**Exercise instructions:** Print the data below exactly, but only the lines from the one containing "v 7.414 -0.468 0" down to the one containing "v -8.586 -0.468 3", inclusive.

/---

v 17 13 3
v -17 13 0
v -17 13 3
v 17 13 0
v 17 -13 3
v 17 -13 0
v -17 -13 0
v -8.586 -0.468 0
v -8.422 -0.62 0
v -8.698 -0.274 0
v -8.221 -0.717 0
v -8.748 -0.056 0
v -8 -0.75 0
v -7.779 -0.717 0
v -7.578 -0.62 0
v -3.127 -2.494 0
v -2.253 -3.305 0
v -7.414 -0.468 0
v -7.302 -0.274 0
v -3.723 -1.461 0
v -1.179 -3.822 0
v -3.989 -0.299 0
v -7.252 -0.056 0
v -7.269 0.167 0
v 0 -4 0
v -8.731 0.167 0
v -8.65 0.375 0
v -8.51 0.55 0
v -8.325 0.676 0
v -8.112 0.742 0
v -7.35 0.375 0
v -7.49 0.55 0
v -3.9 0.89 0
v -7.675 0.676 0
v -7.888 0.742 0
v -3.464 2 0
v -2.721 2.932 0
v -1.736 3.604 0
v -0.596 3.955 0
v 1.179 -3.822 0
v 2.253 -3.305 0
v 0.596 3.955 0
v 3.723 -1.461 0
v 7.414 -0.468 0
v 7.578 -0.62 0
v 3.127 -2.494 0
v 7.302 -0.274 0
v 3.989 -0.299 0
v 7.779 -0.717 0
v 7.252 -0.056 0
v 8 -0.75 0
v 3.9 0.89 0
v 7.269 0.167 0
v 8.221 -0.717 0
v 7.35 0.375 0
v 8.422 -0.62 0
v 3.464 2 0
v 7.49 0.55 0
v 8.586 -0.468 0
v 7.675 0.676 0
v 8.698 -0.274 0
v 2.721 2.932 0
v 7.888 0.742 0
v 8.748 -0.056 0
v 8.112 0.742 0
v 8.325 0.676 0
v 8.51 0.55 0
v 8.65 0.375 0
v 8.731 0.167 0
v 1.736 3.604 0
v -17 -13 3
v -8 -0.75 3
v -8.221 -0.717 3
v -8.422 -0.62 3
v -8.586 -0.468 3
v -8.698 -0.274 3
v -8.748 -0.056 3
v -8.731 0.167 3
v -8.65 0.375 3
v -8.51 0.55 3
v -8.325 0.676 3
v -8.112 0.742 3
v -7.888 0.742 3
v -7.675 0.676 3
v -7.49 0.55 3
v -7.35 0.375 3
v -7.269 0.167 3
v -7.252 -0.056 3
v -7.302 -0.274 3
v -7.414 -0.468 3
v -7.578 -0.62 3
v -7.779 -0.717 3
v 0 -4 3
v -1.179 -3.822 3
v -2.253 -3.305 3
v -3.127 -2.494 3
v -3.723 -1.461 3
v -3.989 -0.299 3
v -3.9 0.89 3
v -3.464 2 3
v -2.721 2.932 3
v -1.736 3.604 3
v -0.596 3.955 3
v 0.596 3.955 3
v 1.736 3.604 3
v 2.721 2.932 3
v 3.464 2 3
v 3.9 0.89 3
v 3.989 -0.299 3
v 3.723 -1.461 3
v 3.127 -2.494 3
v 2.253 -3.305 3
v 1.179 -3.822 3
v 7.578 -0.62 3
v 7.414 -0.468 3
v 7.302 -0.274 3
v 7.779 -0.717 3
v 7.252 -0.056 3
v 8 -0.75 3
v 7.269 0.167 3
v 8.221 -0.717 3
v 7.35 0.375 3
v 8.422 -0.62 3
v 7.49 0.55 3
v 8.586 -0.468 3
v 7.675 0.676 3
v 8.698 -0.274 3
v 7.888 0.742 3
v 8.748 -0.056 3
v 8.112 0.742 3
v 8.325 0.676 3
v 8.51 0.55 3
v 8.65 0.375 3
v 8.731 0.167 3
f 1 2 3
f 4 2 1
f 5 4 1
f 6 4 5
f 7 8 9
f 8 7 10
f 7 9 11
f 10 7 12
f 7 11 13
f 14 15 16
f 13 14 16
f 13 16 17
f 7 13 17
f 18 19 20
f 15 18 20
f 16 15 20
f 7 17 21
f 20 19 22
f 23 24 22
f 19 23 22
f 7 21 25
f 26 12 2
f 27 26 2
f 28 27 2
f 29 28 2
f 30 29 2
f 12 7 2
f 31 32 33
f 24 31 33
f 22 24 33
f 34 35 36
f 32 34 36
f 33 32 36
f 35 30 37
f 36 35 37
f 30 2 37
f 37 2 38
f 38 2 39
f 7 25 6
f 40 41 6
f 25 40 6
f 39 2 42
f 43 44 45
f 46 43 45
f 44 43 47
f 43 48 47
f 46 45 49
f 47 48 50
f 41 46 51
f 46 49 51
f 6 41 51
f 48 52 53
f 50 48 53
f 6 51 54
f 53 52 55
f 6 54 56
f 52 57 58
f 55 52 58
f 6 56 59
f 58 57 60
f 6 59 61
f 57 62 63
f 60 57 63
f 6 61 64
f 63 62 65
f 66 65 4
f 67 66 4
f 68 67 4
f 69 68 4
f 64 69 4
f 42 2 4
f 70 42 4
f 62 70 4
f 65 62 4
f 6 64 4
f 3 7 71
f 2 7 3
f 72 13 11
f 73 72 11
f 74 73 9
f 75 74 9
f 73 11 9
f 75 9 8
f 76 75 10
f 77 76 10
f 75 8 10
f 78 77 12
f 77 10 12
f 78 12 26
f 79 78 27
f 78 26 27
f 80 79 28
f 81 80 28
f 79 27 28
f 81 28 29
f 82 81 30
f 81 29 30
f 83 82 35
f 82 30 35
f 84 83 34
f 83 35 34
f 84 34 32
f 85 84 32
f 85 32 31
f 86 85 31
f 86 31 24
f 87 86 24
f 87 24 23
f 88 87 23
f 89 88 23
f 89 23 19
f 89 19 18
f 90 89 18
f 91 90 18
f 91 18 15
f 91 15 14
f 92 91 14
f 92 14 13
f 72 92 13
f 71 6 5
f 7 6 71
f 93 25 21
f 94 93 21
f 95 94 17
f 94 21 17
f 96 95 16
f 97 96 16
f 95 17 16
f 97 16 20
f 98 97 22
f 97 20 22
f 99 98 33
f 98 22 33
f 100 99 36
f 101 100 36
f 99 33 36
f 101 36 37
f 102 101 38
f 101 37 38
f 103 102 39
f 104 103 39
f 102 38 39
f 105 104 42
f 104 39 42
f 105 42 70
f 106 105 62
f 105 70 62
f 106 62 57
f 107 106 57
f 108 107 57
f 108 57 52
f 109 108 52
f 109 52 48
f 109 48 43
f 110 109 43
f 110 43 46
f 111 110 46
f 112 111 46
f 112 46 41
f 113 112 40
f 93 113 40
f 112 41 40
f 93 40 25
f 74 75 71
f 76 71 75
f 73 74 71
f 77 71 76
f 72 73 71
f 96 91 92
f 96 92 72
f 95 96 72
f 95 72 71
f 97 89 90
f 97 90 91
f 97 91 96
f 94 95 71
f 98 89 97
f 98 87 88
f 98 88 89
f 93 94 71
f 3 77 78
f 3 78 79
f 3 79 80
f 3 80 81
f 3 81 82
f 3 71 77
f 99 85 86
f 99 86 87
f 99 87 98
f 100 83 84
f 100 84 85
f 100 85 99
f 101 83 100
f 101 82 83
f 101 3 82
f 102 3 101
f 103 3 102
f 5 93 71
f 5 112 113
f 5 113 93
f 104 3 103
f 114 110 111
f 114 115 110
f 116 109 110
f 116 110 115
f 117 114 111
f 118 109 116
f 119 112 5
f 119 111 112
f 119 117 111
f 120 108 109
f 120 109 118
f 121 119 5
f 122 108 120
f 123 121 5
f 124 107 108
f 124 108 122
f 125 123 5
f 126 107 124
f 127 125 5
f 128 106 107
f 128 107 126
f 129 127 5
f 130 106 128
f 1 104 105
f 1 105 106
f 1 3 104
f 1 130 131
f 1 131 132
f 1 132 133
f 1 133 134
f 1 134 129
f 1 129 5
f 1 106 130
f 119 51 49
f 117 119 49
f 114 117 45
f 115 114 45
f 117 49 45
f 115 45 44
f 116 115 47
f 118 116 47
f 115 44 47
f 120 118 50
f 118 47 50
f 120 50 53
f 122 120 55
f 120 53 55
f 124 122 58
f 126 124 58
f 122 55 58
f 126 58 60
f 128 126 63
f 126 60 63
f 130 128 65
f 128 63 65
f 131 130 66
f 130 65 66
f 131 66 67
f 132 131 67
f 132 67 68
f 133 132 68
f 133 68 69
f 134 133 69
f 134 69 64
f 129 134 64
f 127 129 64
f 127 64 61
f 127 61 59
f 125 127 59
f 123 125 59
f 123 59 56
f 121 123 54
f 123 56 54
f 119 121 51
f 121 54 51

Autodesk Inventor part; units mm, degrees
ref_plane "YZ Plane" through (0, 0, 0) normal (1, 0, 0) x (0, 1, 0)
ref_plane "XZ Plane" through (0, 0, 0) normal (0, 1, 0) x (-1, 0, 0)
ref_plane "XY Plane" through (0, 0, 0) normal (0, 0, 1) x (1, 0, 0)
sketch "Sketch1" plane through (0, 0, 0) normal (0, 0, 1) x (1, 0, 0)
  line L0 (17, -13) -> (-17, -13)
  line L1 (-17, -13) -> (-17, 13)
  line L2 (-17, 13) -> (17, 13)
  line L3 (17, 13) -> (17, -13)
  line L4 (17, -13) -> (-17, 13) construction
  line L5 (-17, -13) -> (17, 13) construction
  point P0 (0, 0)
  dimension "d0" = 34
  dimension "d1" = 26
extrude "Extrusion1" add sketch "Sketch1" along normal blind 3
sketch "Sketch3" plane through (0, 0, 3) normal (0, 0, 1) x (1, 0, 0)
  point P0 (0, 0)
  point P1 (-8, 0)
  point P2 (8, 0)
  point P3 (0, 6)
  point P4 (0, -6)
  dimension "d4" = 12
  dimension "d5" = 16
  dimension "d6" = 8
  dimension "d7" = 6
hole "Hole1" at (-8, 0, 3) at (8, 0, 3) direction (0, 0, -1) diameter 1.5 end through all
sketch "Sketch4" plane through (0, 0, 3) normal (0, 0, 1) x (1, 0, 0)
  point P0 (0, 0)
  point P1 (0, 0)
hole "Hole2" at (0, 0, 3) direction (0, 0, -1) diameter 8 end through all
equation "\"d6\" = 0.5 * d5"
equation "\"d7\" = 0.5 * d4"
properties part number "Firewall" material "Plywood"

\---

**Result below:**
v 7.414 -0.468 0
v 7.578 -0.62 0
v 3.127 -2.494 0
v 7.302 -0.274 0
v 3.989 -0.299 0
v 7.779 -0.717 0
v 7.252 -0.056 0
v 8 -0.75 0
v 3.9 0.89 0
v 7.269 0.167 0
v 8.221 -0.717 0
v 7.35 0.375 0
v 8.422 -0.62 0
v 3.464 2 0
v 7.49 0.55 0
v 8.586 -0.468 0
v 7.675 0.676 0
v 8.698 -0.274 0
v 2.721 2.932 0
v 7.888 0.742 0
v 8.748 -0.056 0
v 8.112 0.742 0
v 8.325 0.676 0
v 8.51 0.55 0
v 8.65 0.375 0
v 8.731 0.167 0
v 1.736 3.604 0
v -17 -13 3
v -8 -0.75 3
v -8.221 -0.717 3
v -8.422 -0.62 3
v -8.586 -0.468 3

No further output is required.